(EXERCISE) Read the lines below, and copy any that contain the string "DIRECTION".

(INFORMATION PROVIDED)
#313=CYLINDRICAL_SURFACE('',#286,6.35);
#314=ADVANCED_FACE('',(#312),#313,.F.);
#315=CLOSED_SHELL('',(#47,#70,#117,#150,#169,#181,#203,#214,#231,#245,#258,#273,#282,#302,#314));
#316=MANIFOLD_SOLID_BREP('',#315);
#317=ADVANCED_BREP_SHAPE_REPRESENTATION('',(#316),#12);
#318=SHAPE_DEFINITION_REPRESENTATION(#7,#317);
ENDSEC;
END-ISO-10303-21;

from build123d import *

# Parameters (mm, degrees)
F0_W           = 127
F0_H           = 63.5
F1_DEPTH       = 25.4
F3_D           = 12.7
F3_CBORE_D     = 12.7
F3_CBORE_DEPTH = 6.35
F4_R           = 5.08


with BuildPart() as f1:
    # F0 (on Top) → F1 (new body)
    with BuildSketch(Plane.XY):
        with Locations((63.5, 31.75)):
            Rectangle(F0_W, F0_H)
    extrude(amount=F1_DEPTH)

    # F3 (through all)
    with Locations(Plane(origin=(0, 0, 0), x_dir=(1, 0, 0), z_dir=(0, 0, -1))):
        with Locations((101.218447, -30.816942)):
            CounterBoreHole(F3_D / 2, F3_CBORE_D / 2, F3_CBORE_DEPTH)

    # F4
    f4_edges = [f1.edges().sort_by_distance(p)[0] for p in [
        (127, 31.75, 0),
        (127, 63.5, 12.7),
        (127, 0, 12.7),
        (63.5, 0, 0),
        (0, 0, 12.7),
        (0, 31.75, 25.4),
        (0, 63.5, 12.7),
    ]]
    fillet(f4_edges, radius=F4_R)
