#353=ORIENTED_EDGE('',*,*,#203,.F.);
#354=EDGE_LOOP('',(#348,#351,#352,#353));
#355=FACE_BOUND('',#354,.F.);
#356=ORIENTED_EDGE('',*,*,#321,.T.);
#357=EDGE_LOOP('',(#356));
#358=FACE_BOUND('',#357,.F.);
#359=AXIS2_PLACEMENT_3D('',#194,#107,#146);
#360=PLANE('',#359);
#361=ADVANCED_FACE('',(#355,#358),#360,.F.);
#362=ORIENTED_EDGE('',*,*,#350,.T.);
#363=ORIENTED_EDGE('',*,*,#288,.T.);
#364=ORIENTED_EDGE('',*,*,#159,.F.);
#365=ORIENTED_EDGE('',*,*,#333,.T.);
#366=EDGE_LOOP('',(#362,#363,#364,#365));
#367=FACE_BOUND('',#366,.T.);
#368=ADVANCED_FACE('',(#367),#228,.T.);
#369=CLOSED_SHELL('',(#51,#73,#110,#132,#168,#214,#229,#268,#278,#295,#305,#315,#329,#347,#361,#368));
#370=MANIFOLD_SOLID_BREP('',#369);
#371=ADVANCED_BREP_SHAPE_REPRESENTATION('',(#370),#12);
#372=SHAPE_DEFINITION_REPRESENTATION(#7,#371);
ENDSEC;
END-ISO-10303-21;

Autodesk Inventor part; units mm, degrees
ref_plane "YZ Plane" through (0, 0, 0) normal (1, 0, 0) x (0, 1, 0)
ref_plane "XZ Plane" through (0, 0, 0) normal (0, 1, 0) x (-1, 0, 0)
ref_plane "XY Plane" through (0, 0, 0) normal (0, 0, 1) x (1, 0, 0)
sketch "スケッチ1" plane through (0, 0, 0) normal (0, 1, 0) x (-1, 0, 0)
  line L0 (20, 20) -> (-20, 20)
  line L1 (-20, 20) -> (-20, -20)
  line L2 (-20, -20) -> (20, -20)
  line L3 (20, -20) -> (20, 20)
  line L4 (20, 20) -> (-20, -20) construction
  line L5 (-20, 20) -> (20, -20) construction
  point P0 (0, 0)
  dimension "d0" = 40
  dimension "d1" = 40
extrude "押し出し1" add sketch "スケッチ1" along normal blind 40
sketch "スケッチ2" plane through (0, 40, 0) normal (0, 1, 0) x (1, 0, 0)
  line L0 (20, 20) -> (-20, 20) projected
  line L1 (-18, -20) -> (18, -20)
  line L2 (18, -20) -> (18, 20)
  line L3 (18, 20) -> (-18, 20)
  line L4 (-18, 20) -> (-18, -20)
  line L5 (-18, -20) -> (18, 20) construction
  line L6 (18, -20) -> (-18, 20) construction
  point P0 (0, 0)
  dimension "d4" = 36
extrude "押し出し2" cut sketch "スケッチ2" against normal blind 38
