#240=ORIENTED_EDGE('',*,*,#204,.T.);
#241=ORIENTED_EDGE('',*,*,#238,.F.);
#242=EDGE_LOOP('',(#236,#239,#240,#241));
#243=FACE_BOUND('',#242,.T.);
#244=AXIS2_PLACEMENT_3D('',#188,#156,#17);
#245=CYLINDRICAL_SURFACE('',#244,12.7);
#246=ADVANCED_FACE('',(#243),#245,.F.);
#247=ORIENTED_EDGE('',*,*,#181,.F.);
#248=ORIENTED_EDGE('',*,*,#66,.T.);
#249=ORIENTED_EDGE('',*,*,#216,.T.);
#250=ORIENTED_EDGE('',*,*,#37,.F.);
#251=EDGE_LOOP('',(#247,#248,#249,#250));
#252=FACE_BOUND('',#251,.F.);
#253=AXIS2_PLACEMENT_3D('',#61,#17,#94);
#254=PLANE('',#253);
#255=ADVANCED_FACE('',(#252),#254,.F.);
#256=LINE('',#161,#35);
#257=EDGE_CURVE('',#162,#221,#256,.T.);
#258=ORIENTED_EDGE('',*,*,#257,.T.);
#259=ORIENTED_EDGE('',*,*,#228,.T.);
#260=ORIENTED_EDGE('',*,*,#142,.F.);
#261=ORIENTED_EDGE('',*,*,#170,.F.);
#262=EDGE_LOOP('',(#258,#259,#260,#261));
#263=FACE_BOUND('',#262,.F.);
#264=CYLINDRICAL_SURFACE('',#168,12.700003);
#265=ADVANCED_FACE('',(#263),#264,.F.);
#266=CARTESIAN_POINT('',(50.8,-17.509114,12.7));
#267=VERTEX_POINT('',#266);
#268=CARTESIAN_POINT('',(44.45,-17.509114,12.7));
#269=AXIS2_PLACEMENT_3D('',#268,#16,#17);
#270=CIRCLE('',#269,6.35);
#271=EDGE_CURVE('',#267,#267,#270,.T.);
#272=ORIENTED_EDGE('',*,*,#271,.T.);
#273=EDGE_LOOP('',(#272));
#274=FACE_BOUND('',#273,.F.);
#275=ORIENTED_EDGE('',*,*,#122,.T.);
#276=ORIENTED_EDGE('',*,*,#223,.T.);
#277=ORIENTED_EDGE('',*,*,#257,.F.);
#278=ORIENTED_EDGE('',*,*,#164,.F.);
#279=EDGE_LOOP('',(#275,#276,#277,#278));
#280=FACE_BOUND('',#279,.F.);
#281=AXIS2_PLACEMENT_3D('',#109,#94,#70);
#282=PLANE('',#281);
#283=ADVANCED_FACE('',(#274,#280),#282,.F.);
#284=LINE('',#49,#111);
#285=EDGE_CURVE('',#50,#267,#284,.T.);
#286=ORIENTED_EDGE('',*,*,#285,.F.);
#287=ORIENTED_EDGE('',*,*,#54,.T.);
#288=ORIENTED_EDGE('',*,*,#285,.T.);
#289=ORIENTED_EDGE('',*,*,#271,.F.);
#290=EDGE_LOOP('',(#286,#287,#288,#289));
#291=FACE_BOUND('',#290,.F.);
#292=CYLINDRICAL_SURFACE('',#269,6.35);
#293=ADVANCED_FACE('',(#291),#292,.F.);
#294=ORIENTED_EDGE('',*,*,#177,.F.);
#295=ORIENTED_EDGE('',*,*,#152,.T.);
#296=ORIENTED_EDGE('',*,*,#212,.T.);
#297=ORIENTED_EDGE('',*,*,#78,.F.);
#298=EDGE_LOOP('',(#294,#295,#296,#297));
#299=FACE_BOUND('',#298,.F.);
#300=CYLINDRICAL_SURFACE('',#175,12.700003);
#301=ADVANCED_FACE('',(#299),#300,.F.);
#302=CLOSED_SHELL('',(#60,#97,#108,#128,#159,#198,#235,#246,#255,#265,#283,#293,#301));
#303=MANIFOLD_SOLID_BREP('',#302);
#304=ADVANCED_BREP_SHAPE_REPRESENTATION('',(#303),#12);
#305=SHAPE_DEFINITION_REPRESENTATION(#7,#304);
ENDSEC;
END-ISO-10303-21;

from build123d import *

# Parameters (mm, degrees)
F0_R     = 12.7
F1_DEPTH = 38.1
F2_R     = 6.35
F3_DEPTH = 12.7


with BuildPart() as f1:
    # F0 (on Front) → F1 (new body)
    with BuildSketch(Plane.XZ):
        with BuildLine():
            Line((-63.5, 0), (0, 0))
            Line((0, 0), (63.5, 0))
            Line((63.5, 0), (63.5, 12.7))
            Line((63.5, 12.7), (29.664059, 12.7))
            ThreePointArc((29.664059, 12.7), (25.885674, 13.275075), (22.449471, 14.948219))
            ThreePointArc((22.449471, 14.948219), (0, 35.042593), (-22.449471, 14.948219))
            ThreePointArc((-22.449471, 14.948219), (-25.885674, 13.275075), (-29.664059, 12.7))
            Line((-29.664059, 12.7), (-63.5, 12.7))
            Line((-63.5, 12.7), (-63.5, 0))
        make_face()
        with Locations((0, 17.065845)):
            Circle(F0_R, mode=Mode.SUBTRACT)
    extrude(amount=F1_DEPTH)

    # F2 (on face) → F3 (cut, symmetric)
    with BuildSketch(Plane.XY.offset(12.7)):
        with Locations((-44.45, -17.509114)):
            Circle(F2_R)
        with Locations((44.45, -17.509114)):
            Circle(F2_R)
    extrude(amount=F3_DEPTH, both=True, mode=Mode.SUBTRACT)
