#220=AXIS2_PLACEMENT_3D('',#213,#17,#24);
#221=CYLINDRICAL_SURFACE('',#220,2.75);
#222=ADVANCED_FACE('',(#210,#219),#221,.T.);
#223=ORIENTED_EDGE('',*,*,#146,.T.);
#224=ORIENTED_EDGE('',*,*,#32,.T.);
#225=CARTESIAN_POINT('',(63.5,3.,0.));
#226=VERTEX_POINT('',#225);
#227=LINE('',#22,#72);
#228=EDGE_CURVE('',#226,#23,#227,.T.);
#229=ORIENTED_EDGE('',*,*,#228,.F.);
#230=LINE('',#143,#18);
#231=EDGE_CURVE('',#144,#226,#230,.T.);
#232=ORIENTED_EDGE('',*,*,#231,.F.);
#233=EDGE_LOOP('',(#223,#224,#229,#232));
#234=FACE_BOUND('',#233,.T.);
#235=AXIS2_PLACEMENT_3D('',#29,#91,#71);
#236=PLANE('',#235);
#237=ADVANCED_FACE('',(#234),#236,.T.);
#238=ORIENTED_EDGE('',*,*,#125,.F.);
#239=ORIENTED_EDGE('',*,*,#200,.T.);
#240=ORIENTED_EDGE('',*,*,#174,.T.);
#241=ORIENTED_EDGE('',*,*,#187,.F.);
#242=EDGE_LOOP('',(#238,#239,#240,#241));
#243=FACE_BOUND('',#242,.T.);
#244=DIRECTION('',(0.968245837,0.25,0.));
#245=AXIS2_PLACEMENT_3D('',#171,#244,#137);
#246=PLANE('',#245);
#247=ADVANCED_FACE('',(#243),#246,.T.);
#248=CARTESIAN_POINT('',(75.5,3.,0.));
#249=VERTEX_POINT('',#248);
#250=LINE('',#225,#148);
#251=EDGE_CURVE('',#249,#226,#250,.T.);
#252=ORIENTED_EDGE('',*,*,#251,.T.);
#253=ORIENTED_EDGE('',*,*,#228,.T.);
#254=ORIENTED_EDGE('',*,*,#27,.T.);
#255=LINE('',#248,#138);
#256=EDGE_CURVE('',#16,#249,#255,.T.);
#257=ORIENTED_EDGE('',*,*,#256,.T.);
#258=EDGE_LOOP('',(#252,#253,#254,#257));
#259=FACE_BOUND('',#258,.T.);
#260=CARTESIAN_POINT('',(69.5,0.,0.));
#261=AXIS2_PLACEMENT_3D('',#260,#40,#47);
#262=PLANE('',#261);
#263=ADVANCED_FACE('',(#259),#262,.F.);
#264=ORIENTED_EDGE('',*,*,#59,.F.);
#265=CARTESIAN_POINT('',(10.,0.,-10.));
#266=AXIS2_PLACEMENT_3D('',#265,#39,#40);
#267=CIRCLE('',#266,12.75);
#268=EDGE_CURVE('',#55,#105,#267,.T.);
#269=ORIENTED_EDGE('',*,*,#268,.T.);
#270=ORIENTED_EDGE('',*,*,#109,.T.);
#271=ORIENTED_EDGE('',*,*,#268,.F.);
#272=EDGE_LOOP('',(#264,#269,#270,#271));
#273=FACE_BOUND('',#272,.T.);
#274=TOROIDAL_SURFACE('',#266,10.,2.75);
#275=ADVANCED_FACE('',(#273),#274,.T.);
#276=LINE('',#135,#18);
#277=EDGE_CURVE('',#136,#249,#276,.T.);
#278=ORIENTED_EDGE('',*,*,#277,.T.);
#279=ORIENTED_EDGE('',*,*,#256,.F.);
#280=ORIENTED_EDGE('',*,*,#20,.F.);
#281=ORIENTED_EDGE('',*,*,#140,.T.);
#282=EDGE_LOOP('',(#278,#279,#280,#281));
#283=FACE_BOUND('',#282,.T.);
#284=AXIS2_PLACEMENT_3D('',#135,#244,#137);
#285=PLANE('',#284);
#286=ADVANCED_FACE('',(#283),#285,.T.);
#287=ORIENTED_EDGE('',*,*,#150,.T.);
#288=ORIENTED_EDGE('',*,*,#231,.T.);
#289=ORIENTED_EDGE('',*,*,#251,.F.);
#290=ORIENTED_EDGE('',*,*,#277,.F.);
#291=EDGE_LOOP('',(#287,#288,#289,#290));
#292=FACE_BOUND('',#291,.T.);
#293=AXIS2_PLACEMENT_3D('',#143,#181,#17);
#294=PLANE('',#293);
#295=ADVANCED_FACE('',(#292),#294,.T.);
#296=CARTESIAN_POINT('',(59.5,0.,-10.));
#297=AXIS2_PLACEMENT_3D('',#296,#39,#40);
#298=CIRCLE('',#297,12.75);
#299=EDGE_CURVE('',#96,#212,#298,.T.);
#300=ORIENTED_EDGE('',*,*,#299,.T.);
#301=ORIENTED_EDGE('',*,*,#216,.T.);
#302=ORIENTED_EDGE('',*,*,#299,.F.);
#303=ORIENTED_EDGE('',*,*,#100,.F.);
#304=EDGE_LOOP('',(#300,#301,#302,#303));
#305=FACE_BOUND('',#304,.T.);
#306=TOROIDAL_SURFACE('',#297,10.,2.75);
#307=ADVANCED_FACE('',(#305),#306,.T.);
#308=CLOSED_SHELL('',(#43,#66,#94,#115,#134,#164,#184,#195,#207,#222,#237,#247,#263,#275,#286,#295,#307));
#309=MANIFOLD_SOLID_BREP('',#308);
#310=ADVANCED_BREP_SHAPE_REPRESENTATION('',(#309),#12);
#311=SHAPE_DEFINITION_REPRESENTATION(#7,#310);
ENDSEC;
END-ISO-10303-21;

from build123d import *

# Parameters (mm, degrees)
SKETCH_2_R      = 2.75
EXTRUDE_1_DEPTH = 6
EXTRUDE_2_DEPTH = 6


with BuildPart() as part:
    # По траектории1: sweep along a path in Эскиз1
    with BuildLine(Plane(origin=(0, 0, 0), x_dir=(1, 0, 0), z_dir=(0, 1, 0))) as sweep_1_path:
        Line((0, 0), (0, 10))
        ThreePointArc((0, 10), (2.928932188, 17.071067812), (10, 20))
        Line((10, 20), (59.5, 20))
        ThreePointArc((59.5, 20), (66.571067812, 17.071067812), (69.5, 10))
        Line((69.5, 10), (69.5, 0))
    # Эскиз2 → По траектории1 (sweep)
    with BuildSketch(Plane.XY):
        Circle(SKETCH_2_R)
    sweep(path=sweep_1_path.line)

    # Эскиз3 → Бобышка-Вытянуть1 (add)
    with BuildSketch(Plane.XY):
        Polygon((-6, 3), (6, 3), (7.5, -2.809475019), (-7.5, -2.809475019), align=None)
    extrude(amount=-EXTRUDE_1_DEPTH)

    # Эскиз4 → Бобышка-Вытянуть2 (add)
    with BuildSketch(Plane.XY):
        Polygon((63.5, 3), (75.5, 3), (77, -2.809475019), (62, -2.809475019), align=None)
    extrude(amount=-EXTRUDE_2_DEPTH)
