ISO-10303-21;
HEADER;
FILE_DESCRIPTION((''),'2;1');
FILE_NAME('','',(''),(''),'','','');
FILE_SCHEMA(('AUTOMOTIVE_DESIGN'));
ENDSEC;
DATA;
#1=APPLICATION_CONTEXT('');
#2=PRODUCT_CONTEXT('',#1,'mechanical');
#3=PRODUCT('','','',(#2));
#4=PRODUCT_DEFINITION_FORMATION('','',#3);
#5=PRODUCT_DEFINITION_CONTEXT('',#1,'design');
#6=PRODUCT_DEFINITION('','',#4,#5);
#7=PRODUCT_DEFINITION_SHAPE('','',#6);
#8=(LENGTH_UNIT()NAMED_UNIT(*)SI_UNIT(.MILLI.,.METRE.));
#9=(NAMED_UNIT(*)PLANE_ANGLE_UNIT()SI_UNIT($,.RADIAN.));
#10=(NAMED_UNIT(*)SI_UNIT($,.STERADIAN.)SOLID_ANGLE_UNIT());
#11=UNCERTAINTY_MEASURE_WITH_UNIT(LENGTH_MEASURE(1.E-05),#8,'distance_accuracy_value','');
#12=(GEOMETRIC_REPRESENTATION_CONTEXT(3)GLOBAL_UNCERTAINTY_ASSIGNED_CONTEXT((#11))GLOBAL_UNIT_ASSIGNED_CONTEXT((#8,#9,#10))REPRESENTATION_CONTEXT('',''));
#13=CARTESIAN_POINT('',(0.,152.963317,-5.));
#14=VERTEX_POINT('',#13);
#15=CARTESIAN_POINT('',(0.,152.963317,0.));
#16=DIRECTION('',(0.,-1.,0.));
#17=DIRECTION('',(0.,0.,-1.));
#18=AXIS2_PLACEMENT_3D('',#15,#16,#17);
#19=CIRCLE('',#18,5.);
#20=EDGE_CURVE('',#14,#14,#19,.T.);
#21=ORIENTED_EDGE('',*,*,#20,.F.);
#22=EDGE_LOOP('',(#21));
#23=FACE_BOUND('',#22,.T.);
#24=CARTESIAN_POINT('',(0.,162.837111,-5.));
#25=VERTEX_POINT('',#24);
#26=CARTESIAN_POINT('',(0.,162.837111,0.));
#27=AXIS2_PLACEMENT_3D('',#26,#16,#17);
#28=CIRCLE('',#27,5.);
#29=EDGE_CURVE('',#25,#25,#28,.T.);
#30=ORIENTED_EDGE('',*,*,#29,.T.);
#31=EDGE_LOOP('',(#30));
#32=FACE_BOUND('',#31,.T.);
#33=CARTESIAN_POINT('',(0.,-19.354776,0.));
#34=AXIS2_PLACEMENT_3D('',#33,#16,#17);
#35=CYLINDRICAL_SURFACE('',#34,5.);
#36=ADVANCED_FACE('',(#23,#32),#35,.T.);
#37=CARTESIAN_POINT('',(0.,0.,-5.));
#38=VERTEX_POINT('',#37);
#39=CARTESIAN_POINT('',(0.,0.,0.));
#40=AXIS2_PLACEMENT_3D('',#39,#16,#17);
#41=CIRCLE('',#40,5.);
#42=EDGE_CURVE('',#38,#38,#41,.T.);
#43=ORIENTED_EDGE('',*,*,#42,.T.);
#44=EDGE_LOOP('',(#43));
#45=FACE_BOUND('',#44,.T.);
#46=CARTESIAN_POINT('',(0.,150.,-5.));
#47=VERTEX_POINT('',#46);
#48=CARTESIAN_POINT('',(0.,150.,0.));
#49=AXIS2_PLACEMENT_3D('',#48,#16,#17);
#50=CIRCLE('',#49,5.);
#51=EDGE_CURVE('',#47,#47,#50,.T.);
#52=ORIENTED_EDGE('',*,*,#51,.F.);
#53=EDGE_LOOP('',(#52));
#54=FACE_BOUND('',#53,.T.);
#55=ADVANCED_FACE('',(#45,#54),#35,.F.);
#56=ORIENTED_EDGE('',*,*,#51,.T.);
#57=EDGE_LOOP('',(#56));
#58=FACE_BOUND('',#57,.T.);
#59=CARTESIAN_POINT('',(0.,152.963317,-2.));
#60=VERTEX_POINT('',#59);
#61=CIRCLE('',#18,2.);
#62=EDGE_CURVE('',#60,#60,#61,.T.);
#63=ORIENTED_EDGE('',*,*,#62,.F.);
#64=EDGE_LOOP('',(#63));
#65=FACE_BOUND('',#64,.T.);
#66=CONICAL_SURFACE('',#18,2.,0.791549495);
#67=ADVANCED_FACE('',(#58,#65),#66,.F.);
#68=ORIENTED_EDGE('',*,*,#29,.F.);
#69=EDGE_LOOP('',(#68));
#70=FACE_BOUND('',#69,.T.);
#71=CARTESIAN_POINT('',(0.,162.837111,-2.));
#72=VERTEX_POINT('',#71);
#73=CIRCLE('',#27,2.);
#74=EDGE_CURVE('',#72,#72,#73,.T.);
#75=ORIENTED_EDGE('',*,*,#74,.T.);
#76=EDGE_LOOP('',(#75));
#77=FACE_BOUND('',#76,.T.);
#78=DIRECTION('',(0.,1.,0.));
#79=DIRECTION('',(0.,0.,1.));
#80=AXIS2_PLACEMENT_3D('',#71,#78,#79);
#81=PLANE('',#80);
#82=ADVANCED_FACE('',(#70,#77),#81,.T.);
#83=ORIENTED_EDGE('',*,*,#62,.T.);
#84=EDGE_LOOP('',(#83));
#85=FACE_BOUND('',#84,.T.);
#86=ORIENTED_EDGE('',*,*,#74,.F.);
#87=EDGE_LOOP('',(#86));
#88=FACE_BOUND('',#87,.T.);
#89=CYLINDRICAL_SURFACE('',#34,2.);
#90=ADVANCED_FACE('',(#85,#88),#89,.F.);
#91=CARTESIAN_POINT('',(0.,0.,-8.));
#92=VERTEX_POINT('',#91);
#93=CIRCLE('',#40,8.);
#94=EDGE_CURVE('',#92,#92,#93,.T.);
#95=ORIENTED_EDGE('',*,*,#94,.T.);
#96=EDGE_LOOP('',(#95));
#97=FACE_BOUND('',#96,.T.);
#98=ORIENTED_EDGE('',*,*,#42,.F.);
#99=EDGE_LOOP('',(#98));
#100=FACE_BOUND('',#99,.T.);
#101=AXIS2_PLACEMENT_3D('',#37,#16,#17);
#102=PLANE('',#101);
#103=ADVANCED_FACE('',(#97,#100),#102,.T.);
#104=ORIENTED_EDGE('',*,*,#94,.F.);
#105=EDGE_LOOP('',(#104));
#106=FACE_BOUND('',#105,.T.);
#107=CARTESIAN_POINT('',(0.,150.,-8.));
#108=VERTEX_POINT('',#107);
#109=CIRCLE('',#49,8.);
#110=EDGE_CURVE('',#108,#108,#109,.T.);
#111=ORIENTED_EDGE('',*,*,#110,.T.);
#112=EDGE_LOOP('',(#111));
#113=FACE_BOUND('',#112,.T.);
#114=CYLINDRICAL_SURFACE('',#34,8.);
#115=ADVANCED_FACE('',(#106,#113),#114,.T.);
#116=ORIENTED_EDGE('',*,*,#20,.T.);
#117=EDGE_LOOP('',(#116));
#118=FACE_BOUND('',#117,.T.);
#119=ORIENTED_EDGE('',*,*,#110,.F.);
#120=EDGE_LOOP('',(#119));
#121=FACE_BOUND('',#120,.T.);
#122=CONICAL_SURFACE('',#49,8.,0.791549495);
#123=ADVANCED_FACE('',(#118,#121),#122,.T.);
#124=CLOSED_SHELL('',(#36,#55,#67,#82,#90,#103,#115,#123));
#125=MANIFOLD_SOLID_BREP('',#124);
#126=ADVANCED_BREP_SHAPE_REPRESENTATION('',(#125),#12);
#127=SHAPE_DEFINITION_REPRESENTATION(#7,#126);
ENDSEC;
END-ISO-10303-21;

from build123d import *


with BuildPart() as part:
    # Эскиз1 → Повернуть1 (revolve)
    with BuildSketch(Plane(origin=(0, 0, 0), x_dir=(0, 0, -1), z_dir=(1, 0, 0))):
        Polygon((5, 150), (2, 152.963317198), (2, 162.837111471), (5, 162.837111471), (5, 152.963317198), (8, 150), (8, 0), (5, 0), align=None)
    revolve(axis=Axis((0, -19.35477628, 0), (0, 1, 0)))


solid = part.part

(RESULT)
#244=DIRECTION('',(0.968245837,0.25,0.));
#16=DIRECTION('',(0.,-1.,0.));
#17=DIRECTION('',(0.,0.,-1.));
#78=DIRECTION('',(0.,1.,0.));
#79=DIRECTION('',(0.,0.,1.));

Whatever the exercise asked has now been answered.